Your objective - Using the data that follows, say how many lines contain the word "join", giving the number by itself.

─── Data for processing ───

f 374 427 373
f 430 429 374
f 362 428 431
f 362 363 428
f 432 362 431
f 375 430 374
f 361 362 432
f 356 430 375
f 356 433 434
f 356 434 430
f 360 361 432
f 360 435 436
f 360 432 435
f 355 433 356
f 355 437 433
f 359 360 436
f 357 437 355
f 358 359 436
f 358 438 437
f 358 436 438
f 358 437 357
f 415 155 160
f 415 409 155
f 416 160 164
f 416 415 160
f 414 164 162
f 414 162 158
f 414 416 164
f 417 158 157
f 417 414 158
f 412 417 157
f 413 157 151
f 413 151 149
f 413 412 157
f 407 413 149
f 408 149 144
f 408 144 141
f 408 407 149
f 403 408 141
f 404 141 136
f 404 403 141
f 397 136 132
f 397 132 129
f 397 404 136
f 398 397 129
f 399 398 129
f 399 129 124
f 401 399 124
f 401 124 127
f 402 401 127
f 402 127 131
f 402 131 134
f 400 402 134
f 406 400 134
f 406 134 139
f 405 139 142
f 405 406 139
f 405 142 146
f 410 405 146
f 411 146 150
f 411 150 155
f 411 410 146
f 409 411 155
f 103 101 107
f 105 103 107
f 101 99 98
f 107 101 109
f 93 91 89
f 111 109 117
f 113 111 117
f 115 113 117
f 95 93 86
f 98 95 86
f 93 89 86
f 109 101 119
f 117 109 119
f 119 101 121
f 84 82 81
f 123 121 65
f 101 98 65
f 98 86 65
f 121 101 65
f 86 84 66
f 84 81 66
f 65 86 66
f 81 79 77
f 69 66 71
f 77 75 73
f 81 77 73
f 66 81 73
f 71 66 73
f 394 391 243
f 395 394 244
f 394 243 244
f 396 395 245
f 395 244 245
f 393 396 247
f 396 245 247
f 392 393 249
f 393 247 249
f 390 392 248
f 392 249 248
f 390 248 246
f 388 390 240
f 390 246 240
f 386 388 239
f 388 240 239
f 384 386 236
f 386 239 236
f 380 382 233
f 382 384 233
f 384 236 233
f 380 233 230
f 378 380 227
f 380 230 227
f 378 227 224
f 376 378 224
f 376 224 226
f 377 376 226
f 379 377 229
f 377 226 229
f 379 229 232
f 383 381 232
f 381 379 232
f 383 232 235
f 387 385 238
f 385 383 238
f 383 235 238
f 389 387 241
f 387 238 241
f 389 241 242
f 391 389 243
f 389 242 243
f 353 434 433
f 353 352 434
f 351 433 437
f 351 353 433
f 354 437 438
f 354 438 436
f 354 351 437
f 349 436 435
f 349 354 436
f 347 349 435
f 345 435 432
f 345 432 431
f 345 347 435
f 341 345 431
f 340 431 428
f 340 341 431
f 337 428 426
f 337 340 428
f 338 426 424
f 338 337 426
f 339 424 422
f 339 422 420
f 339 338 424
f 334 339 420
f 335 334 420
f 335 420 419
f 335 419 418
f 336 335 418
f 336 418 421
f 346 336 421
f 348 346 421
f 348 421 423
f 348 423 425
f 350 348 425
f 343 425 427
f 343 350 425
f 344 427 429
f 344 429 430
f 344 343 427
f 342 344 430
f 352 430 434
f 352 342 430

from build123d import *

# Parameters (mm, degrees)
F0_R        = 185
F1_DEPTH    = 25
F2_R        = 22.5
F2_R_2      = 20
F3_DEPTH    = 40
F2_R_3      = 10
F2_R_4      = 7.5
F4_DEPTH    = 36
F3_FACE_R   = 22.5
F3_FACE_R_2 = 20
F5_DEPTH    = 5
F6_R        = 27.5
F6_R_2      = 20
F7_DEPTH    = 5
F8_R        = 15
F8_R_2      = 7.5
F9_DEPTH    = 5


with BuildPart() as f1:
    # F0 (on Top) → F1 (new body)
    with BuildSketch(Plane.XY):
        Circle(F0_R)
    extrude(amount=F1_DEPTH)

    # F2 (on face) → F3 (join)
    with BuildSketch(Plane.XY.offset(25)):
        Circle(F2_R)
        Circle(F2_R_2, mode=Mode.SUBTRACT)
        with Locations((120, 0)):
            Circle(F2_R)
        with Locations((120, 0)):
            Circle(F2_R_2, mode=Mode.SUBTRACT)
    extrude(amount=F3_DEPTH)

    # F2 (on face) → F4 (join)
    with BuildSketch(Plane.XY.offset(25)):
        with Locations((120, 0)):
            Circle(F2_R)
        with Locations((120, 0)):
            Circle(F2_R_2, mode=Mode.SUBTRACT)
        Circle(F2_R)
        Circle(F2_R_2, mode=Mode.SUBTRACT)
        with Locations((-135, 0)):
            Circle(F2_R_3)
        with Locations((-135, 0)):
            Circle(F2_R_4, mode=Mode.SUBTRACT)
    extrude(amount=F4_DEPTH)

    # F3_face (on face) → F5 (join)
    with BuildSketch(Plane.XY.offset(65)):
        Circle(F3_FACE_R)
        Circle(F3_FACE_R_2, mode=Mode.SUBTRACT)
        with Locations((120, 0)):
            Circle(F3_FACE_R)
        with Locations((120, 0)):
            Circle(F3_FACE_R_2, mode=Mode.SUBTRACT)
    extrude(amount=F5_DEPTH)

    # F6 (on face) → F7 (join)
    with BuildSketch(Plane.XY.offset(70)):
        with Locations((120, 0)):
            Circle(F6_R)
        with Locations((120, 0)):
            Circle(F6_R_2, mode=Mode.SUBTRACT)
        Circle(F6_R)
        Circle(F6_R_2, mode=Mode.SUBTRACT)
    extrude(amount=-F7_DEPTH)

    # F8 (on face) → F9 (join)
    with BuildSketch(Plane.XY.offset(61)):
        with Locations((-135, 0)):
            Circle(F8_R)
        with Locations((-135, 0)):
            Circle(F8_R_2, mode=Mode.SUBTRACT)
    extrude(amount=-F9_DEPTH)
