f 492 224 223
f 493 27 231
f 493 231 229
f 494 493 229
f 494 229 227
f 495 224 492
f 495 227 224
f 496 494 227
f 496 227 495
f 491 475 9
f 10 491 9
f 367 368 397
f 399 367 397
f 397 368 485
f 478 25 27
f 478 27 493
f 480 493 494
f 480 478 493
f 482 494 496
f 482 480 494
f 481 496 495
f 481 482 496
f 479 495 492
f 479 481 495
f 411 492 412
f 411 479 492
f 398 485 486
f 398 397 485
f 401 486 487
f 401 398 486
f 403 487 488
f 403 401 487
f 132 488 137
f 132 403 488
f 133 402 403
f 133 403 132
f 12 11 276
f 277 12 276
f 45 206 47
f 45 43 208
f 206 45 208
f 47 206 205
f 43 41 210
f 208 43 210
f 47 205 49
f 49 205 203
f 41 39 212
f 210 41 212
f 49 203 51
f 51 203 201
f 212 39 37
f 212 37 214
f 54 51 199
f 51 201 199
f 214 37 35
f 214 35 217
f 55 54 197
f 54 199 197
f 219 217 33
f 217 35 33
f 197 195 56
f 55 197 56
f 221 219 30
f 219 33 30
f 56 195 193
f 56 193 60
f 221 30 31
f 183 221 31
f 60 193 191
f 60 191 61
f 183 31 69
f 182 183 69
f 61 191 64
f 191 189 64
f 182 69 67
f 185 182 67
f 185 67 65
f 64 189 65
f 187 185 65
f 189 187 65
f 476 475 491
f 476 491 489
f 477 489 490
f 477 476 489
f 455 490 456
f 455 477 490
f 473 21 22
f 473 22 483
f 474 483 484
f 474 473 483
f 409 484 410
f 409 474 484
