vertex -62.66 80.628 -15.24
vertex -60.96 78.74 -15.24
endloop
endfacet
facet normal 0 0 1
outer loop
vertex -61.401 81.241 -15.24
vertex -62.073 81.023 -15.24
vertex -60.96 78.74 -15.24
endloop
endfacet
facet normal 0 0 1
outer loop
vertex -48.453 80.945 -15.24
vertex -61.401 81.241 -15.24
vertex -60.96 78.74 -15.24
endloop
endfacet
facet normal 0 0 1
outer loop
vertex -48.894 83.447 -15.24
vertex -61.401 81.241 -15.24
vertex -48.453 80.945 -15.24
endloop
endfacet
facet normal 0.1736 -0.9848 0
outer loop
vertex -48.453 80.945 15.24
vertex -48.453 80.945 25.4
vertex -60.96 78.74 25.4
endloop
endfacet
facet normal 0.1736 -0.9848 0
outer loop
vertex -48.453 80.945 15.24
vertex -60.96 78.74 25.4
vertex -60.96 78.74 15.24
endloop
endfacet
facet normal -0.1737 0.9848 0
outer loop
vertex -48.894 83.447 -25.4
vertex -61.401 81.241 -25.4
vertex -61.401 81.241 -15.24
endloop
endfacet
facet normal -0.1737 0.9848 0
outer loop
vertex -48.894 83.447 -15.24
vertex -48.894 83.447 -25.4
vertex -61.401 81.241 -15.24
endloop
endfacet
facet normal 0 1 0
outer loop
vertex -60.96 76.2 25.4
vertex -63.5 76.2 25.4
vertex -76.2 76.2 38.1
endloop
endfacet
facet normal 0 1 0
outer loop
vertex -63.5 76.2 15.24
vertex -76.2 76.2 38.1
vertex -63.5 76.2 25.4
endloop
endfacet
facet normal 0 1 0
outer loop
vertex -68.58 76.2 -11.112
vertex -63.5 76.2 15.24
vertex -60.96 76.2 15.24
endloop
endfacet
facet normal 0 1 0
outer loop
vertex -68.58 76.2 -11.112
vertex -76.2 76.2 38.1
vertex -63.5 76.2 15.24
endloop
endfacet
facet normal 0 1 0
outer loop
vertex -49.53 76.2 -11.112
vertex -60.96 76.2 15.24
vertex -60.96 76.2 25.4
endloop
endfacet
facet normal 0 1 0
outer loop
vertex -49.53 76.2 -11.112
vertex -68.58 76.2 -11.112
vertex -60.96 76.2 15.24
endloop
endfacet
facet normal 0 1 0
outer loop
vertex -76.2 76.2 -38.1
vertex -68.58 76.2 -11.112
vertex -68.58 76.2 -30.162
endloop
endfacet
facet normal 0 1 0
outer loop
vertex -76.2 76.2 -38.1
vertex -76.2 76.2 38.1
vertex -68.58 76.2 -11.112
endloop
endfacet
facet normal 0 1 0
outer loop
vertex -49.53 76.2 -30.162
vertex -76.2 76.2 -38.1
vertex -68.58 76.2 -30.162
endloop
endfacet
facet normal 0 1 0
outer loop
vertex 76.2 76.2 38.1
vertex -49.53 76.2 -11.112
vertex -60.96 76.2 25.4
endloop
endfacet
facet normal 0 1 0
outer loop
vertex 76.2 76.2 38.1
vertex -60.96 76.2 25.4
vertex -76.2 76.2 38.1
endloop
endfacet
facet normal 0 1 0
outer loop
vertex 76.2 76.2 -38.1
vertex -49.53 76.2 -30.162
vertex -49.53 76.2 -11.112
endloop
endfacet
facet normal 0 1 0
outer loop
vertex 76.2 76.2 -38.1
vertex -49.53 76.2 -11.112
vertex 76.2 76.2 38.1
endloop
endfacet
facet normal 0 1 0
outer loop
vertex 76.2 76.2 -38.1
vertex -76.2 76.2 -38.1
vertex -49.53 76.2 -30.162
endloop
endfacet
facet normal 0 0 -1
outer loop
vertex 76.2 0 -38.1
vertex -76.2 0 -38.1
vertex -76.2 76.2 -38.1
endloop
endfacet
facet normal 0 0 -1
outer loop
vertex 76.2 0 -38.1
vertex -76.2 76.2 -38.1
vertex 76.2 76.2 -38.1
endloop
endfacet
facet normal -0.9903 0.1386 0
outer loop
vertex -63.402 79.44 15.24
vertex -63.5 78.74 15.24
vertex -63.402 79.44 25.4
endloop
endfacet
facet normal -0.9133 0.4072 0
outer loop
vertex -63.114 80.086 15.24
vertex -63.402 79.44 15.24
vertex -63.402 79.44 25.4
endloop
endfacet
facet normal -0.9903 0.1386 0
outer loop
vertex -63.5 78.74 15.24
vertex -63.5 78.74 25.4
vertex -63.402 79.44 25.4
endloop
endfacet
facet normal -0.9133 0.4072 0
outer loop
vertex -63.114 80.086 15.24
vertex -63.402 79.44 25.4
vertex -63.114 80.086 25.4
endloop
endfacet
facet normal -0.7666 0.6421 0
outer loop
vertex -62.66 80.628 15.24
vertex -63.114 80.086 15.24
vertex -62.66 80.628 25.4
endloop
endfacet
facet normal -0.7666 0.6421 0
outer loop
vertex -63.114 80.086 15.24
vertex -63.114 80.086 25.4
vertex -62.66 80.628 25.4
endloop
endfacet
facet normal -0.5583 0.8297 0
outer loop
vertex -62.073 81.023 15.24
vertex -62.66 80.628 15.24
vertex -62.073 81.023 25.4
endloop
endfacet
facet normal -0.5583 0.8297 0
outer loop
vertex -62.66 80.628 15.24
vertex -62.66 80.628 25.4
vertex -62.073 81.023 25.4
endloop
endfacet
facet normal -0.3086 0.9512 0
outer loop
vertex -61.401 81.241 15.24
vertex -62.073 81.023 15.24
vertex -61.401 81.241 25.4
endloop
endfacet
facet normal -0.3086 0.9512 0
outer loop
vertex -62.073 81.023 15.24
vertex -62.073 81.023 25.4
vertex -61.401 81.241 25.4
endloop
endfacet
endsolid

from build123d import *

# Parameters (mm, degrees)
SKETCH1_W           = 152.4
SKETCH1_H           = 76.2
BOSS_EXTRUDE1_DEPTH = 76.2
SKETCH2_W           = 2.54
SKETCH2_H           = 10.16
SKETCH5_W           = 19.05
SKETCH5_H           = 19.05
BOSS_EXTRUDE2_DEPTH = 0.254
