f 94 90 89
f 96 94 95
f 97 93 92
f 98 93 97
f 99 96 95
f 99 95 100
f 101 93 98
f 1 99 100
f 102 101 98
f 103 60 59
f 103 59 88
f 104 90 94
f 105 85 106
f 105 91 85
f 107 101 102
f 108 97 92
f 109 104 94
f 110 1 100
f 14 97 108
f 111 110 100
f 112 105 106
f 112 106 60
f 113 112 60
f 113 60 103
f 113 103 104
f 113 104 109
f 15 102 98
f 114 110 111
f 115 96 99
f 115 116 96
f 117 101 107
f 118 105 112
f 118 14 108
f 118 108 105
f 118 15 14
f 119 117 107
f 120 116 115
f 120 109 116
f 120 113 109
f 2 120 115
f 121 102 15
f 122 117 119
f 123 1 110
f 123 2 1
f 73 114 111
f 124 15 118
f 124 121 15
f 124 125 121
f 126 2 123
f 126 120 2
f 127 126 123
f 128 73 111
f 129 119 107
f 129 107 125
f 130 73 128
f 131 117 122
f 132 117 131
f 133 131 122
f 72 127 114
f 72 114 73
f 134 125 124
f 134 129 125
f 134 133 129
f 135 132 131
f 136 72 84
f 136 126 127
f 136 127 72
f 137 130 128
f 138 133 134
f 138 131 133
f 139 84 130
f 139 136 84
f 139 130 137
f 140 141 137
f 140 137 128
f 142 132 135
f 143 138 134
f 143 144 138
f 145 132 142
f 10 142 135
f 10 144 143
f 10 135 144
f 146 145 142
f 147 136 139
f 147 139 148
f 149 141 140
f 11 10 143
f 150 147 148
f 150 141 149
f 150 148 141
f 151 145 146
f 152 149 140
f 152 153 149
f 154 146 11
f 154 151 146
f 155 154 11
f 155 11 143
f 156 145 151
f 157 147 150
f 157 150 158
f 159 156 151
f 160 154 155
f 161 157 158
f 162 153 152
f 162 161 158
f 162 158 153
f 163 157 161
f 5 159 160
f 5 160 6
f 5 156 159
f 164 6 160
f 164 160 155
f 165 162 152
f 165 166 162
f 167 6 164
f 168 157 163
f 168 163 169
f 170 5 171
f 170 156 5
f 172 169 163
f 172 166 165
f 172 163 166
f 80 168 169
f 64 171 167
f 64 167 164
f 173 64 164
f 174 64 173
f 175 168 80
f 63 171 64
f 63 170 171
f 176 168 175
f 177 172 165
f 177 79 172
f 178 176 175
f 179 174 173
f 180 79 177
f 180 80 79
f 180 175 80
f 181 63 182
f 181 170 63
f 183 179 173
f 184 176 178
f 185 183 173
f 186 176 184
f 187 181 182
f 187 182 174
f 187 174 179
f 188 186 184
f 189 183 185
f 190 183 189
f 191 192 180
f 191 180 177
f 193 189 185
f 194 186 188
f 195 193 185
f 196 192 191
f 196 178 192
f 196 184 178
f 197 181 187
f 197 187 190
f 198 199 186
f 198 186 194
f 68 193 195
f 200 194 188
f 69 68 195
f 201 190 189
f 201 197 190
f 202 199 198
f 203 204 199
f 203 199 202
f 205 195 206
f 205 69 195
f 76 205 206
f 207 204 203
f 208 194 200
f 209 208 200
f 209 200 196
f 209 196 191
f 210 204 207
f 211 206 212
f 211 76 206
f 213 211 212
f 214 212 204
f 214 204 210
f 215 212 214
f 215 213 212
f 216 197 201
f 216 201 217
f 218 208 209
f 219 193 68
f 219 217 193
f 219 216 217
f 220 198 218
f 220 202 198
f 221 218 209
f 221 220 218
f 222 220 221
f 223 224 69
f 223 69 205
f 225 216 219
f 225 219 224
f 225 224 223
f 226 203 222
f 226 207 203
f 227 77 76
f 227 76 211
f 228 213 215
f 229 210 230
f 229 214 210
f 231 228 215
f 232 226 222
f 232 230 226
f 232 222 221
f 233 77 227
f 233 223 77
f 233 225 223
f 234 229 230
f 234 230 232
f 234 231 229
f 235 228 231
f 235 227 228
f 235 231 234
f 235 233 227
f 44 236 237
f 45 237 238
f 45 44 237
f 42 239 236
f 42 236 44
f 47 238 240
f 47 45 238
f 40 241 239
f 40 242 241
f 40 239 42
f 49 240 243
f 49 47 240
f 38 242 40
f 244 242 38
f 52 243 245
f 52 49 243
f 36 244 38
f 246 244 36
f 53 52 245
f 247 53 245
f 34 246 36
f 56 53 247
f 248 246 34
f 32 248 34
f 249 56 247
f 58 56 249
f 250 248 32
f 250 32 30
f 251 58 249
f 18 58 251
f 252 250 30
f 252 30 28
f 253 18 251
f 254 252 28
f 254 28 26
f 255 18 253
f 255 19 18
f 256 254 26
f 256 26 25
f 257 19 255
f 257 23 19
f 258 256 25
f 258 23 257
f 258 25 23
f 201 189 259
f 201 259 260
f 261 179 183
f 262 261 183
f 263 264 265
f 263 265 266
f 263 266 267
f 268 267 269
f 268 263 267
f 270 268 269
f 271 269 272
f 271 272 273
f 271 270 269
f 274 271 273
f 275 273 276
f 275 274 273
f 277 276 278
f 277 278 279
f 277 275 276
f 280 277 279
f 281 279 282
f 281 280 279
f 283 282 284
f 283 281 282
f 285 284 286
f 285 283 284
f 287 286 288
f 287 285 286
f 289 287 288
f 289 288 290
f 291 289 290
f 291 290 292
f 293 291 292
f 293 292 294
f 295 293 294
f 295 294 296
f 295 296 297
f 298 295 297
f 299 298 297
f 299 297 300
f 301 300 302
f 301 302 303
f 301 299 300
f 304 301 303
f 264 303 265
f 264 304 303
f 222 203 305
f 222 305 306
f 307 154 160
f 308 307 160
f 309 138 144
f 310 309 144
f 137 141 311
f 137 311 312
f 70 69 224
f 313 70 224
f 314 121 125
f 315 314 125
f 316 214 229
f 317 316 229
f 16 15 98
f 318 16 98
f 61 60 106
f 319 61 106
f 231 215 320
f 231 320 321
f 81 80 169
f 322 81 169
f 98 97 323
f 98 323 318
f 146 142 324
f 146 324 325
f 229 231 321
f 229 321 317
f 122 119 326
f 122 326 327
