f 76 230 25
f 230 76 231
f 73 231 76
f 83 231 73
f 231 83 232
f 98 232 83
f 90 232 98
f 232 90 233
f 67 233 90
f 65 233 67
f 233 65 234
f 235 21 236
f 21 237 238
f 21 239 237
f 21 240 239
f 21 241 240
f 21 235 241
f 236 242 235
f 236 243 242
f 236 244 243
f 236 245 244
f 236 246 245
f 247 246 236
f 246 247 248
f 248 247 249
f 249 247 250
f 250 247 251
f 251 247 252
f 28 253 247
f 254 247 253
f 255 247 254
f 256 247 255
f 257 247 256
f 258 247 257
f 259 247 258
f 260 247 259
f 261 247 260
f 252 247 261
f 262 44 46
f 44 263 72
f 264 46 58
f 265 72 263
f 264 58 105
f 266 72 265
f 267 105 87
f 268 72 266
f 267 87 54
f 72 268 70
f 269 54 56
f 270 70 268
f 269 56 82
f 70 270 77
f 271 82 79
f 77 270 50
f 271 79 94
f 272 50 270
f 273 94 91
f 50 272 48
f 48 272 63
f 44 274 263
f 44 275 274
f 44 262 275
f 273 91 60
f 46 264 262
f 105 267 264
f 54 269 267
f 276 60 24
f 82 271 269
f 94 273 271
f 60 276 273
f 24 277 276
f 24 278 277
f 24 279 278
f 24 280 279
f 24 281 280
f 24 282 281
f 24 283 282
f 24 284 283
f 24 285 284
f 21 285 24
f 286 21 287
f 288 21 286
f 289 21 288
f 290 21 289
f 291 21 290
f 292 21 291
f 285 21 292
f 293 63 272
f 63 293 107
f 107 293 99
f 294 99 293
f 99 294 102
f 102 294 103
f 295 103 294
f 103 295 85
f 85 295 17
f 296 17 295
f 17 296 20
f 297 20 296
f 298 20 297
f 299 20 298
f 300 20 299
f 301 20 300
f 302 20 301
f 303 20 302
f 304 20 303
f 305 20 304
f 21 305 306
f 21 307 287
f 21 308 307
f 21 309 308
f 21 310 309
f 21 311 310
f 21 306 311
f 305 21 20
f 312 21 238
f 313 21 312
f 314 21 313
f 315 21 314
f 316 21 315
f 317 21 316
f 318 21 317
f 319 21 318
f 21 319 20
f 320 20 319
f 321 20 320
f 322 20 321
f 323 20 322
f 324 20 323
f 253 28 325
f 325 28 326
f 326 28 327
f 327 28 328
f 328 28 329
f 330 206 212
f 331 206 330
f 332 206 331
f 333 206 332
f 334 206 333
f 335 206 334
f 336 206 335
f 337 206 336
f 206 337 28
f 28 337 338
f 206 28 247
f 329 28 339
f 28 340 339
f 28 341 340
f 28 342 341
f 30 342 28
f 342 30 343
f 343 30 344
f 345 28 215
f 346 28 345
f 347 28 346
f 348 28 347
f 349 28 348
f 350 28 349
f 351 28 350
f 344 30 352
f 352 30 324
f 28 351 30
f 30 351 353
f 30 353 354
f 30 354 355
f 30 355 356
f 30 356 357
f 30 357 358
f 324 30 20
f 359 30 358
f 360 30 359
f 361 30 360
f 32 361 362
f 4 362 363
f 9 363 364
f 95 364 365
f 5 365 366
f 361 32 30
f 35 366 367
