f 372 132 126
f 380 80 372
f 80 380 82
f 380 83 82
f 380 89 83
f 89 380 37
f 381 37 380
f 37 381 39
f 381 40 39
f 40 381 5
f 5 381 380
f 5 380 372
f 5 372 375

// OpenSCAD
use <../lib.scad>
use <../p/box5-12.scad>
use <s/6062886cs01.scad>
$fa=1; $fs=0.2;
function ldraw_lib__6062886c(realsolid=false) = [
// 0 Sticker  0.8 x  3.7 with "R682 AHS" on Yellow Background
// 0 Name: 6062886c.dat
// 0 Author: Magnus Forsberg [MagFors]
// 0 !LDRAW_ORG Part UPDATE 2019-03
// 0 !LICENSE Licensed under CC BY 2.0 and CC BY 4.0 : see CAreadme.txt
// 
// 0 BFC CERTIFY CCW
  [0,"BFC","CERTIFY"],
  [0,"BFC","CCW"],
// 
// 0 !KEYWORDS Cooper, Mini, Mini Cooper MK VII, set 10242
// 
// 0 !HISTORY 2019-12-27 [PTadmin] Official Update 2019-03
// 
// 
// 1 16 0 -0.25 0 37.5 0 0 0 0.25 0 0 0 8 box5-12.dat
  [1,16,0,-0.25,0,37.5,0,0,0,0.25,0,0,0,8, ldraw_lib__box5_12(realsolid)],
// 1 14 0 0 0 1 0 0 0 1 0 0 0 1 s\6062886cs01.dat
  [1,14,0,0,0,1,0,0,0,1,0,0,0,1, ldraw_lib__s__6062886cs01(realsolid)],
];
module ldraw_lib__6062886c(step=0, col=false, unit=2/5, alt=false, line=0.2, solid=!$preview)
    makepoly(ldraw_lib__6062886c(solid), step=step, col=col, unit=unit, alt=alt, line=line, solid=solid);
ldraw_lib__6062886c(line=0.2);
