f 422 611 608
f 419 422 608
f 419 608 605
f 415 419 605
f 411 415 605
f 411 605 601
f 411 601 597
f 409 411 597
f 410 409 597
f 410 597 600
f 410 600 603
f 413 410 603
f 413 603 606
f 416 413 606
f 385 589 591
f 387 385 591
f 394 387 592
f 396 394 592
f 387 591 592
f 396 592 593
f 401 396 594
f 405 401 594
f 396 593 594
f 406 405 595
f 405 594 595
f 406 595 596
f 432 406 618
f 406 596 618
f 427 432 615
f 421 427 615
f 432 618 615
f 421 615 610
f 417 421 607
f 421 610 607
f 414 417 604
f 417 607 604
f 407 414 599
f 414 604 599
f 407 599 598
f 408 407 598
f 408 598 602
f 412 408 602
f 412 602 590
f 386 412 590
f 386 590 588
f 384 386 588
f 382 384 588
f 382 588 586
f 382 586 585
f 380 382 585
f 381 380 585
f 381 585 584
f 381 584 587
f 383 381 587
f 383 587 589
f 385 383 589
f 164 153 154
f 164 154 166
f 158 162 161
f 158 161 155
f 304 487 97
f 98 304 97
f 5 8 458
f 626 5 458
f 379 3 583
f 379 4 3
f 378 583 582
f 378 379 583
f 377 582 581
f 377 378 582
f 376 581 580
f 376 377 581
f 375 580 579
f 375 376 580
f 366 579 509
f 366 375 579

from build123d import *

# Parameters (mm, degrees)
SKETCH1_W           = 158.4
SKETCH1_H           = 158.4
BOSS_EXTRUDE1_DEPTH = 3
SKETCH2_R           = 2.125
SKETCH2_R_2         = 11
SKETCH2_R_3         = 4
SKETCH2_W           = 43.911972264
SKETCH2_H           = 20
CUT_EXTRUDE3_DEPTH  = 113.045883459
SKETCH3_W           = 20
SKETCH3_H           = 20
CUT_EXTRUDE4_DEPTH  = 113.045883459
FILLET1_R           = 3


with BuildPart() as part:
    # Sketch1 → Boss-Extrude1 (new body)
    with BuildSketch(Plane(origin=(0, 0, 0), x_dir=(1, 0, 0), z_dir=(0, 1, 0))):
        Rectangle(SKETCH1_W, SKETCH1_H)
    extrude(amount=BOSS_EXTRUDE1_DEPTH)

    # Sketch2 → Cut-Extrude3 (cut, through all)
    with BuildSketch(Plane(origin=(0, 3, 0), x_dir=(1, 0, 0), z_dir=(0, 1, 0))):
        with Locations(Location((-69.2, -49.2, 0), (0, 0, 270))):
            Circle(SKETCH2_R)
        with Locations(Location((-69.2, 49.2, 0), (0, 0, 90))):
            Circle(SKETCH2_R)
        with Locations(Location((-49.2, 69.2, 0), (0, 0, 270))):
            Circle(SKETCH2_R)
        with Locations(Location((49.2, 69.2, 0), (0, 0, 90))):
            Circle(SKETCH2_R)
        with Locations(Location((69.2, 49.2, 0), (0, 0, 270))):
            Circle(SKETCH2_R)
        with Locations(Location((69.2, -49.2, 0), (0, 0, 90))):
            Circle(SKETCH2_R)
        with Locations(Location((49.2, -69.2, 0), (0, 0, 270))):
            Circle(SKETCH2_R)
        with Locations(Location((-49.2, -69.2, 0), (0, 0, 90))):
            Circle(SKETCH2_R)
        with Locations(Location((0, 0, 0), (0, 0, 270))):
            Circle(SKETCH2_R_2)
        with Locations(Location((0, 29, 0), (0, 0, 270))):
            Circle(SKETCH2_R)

───

Final answer - 5